Advanced Loss Modelling and Benchmarking
Clir Renewables offers advanced operational wind and solar energy yield assessments that are backed by a comprehensive global industry dataset. This dataset allows for robust and defensible assumptions, improved p-values, and increased confidence in financial model inputs. The key features of these assessments include improved loss modeling, benchmarked loss assumptions, and modeling the performance of optimizations and upgrades. By utilizing industry-leading energy yield methodology, Clir leverages automated data organization, categorization, and enrichment, along with expert oversight, to reduce uncertainty on energy yield results. Machine learning plays a critical role in calculating potential scenarios, aligning results with best practices and farm-specific considerations to determine accurate future production scenarios.
Accurate Loss Factor Assumptions
One of the major issues in the industry lies in the lack of available data, often resulting in blanket and standard assumptions for technology loss factors and availability. This leads to inaccurate energy yield assessments and underperforming assets. Clir addresses this challenge by utilizing enriched industry data from technology performance, SCADA, monthly reports, and farm-specific data. By incorporating this data into assessments, Clir provides more accurate results, improving confidence in the P50 and P90 values. The use of enriched data also helps persuade independent engineers to upgrade p-values, ensuring that assessments are based on real-world performance.
Peer Group Benchmarking and Future Performance Modelling
Clir leverages global project data to form peer groups based on various factors like region, turbine technology, service provider, and more. This allows clients to compare their wind and solar farm loss factors with industry peers, identifying areas for improvement. By modeling future performance and developing optimization roadmaps, clients can quantify the impact of potential upgrades on energy production. This prioritization of optimizations based on performance impact ensures that clients maximize their energy yield and investment returns.
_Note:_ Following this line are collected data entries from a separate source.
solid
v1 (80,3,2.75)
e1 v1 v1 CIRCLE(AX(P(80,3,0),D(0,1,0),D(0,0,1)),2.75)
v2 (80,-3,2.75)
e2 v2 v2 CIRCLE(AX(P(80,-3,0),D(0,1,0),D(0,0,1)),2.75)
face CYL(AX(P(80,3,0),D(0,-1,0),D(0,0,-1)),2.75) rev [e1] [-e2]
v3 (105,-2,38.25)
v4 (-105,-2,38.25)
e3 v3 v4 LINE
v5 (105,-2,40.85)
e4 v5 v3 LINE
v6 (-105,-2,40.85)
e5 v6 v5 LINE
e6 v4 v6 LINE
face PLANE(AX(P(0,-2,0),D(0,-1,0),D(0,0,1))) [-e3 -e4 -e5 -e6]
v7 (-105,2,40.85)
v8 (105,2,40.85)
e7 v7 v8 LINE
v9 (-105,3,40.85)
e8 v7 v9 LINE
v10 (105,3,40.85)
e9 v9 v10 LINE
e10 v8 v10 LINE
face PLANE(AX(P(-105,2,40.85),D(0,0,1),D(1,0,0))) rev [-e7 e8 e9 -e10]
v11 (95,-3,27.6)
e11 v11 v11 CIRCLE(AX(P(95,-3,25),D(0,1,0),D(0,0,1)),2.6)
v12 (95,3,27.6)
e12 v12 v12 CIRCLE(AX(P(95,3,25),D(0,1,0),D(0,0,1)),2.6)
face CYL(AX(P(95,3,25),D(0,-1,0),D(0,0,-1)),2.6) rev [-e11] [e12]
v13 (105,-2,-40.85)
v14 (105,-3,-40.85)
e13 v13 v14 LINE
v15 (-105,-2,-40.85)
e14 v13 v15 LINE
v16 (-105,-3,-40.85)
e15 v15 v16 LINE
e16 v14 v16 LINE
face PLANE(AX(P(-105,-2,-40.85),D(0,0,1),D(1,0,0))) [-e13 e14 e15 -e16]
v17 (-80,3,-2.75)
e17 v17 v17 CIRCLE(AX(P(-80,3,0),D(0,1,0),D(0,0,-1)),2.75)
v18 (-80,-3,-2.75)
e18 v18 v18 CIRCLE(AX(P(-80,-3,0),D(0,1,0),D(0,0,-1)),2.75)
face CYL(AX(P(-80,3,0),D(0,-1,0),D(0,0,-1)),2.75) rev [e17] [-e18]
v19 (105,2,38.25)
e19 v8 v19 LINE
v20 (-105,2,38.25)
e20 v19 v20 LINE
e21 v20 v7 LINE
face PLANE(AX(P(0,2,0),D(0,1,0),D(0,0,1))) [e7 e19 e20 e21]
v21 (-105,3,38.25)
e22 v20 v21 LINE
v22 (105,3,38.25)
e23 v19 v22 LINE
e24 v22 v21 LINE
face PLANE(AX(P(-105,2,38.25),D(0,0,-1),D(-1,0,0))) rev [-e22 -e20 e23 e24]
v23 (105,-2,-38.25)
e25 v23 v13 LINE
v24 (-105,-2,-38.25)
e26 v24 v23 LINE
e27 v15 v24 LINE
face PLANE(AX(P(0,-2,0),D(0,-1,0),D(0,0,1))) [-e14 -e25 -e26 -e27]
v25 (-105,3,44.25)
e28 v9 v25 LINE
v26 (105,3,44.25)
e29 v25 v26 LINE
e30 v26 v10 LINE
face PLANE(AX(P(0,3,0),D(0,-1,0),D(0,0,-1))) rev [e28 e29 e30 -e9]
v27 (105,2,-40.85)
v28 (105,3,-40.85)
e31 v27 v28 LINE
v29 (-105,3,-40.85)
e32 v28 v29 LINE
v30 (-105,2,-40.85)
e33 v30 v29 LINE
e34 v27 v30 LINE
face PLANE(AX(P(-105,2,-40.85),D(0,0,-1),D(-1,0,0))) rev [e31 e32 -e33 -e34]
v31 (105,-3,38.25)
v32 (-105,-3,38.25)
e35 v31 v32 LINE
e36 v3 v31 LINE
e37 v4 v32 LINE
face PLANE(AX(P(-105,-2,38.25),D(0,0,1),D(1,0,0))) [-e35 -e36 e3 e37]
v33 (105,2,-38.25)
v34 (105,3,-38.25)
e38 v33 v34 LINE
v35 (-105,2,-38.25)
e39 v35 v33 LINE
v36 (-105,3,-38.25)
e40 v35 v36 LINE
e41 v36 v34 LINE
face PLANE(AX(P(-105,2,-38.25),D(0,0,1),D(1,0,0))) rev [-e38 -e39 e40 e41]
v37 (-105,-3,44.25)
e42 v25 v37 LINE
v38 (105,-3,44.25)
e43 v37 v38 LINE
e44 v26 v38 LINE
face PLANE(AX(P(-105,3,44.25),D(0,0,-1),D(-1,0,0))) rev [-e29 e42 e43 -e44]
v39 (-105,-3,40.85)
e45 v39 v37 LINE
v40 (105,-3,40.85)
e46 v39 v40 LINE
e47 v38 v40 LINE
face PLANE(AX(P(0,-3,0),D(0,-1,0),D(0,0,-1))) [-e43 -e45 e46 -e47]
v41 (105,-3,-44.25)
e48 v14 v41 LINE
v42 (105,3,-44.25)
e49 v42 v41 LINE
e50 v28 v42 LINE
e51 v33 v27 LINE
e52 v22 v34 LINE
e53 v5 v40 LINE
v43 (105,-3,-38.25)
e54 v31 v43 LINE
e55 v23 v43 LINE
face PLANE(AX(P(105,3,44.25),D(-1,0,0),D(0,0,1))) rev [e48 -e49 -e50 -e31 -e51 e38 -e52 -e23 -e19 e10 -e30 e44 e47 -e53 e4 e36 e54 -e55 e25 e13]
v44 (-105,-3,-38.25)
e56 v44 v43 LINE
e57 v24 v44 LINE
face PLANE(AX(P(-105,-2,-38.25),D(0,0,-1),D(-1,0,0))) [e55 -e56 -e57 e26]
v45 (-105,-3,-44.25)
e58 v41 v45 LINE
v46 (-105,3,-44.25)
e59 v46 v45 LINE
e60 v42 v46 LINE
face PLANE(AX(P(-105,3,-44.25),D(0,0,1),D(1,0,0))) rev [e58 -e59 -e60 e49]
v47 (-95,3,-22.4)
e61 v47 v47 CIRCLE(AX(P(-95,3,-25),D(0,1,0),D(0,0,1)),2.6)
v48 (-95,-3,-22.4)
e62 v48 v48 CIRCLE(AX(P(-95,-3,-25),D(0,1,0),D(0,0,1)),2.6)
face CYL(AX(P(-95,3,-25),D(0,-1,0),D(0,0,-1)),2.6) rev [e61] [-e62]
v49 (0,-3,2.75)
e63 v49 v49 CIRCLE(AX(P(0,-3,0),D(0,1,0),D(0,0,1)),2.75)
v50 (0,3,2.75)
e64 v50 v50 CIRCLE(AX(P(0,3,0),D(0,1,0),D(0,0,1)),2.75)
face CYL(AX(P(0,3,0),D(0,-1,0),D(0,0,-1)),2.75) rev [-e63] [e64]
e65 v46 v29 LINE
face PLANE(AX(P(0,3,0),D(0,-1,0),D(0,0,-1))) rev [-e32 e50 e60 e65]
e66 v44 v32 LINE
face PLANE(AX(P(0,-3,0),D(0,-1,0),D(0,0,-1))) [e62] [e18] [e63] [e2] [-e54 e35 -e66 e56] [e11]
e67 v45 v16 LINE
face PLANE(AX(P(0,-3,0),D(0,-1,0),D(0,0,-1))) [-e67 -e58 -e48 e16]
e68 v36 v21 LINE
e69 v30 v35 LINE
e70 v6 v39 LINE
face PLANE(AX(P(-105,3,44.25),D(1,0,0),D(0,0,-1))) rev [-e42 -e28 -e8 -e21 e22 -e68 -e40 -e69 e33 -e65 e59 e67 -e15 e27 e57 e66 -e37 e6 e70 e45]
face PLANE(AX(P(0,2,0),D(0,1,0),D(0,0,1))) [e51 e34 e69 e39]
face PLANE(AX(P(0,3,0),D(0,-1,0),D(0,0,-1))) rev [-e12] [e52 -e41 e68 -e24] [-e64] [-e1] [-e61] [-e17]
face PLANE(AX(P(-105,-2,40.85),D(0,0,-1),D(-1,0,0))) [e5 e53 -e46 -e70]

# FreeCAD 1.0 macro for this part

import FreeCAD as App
import Part
import Sketcher

V = App.Vector
Q = App.Units.Quantity

doc = App.newDocument("Part")
body = doc.addObject("PartDesign::Body", "Body")

# Sketch on XZ plane
sketch1 = body.newObject("Sketcher::SketchObject", "Sketch")
sketch1.AttachmentSupport = (doc.getObject("XZ_Plane"), [""])
sketch1.MapMode = "FlatFace"
sketch1.addGeometry(Part.LineSegment(V(-105, -44.2, 0), V(-105, 44.2, 0)), False)
sketch1.addGeometry(Part.LineSegment(V(-105, 44.2, 0), V(105, 44.2, 0)), False)
sketch1.addGeometry(Part.LineSegment(V(105, 44.2, 0), V(105, -44.2, 0)), False)
sketch1.addGeometry(Part.LineSegment(V(105, -44.2, 0), V(-105, -44.2, 0)), False)
sketch1.addGeometry(Part.Circle(V(95, 25, 0), V(0, 0, 1), 2.6), False)
sketch1.addGeometry(Part.Circle(V(-80, 0, 0), V(0, 0, 1), 2.8), False)
sketch1.addGeometry(Part.Circle(V(-95, -25, 0), V(0, 0, 1), 2.6), False)
sketch1.addGeometry(Part.Circle(V(0, 0, 0), V(0, 0, 1), 2.8), False)
sketch1.addGeometry(Part.Circle(V(80, 0, 0), V(0, 0, 1), 2.8), False)
sketch1.addConstraint(Sketcher.Constraint("Coincident", 0, 2, 1, 1))
sketch1.addConstraint(Sketcher.Constraint("Coincident", 1, 2, 2, 1))
sketch1.addConstraint(Sketcher.Constraint("Coincident", 2, 2, 3, 1))
sketch1.addConstraint(Sketcher.Constraint("Coincident", 3, 2, 0, 1))
sketch1.addConstraint(Sketcher.Constraint("Vertical", 0))
sketch1.addConstraint(Sketcher.Constraint("Horizontal", 1))
sketch1.addConstraint(Sketcher.Constraint("Vertical", 2))
sketch1.addConstraint(Sketcher.Constraint("Horizontal", 3))
sketch1.addConstraint(Sketcher.Constraint("Coincident", 7, 3, -1, 1))
sketch1.addConstraint(Sketcher.Constraint("Equal", 4, 6))
sketch1.addConstraint(Sketcher.Constraint("Equal", 5, 7))
sketch1.addConstraint(Sketcher.Constraint("Equal", 7, 8))
sketch1.addConstraint(Sketcher.Constraint("Symmetric", 4, 3, 6, 3, -1, 1))
sketch1.addConstraint(Sketcher.Constraint("Symmetric", 5, 3, 8, 3, -1, 1))
sketch1.addConstraint(Sketcher.Constraint("Symmetric", 0, 2, 2, 2, -1, 1))
sketch1.addConstraint(Sketcher.Constraint("PointOnObject", 5, 3, -1))
sketch1.addConstraint(Sketcher.Constraint("Diameter", 4, Q("5.2 mm")))
sketch1.addConstraint(Sketcher.Constraint("Diameter", 5, Q("5.5 mm")))
sketch1.addConstraint(Sketcher.Constraint("DistanceX", 1, 1, 1, 2, Q("210 mm")))
sketch1.addConstraint(Sketcher.Constraint("DistanceY", 0, 1, 0, 2, Q("88.5 mm")))
sketch1.addConstraint(Sketcher.Constraint("DistanceX", -1, 1, 4, 3, Q("95 mm")))
sketch1.addConstraint(Sketcher.Constraint("DistanceY", -1, 1, 4, 3, Q("25 mm")))
sketch1.addConstraint(Sketcher.Constraint("DistanceX", 5, 3, -1, 1, Q("80 mm")))
pad1 = body.newObject("PartDesign::Pad", "Pad")
pad1.Profile = sketch1
pad1.Length = 6
pad1.Midplane = True

# Sketch on XZ plane
sketch2 = body.newObject("Sketcher::SketchObject", "Sketch001")
sketch2.AttachmentSupport = (doc.getObject("XZ_Plane"), [""])
sketch2.MapMode = "FlatFace"
sketch2.AttachmentOffset = App.Placement(V(0, 0, -3), App.Rotation())
sketch2.addGeometry(Part.LineSegment(V(-105, -40.9, 0), V(-105, -38.2, 0)), False)
sketch2.addGeometry(Part.LineSegment(V(-105, -38.2, 0), V(105, -38.2, 0)), False)
sketch2.addGeometry(Part.LineSegment(V(105, -38.2, 0), V(105, -40.9, 0)), False)
sketch2.addGeometry(Part.LineSegment(V(105, -40.9, 0), V(-105, -40.9, 0)), False)
sketch2.addGeometry(Part.LineSegment(V(-105, 38.2, 0), V(-105, 40.9, 0)), False)
sketch2.addGeometry(Part.LineSegment(V(-105, 40.9, 0), V(105, 40.9, 0)), False)
sketch2.addGeometry(Part.LineSegment(V(105, 40.9, 0), V(105, 38.2, 0)), False)
sketch2.addGeometry(Part.LineSegment(V(105, 38.2, 0), V(-105, 38.2, 0)), False)
sketch2.addConstraint(Sketcher.Constraint("Coincident", 0, 2, 1, 1))
sketch2.addConstraint(Sketcher.Constraint("Coincident", 1, 2, 2, 1))
sketch2.addConstraint(Sketcher.Constraint("Coincident", 2, 2, 3, 1))
sketch2.addConstraint(Sketcher.Constraint("Coincident", 3, 2, 0, 1))
sketch2.addConstraint(Sketcher.Constraint("Coincident", 4, 2, 5, 1))
sketch2.addConstraint(Sketcher.Constraint("Coincident", 5, 2, 6, 1))
sketch2.addConstraint(Sketcher.Constraint("Coincident", 6, 2, 7, 1))
sketch2.addConstraint(Sketcher.Constraint("Coincident", 7, 2, 4, 1))
sketch2.addConstraint(Sketcher.Constraint("Vertical", 0))
sketch2.addConstraint(Sketcher.Constraint("Horizontal", 1))
sketch2.addConstraint(Sketcher.Constraint("Vertical", 2))
sketch2.addConstraint(Sketcher.Constraint("Horizontal", 3))
sketch2.addConstraint(Sketcher.Constraint("Vertical", 4))
sketch2.addConstraint(Sketcher.Constraint("Horizontal", 5))
sketch2.addConstraint(Sketcher.Constraint("Vertical", 6))
sketch2.addConstraint(Sketcher.Constraint("Horizontal", 7))
sketch2.addConstraint(Sketcher.Constraint("Symmetric", 2, 2, 4, 2, -1, 1))
sketch2.addConstraint(Sketcher.Constraint("Symmetric", 0, 2, 6, 2, -1, 1))
sketch2.addConstraint(Sketcher.Constraint("Vertical", 3, 2, 4, 2))
sketch2.addConstraint(Sketcher.Constraint("DistanceX", 1, 1, 1, 2, Q("210 mm")))
sketch2.addConstraint(Sketcher.Constraint("DistanceY", 0, 1, 0, 2, Q("2.6 mm")))
sketch2.addConstraint(Sketcher.Constraint("DistanceY", 0, 2, 4, 2, Q("79.1 mm")))
pocket1 = body.newObject("PartDesign::Pocket", "Pocket")
pocket1.Profile = sketch2
pocket1.Length = 1
pocket1.Reversed = True
doc.recompute()

mirrored = body.newObject("PartDesign::Mirrored", "Mirrored")
mirrored.Originals = [pocket1]
mirrored.MirrorPlane = (doc.getObject("XZ_Plane"), [""])
body.Tip = mirrored

doc.recompute()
Enhanced Financial Modelling and M&A Support
Energy yield assessments by Clir play a crucial role in wind and solar investments, directly impacting financial models, project debt, and insurance. By using high-quality datasets and machine learning technology for scenario analysis, Clir reduces uncertainty in energy yield values. This not only benefits financial modeling but also provides valuable insights for M&A transactions and asset development. Leveraging data for robust energy yield assessments ensures that clients receive accurate and actionable information for their investment decisions.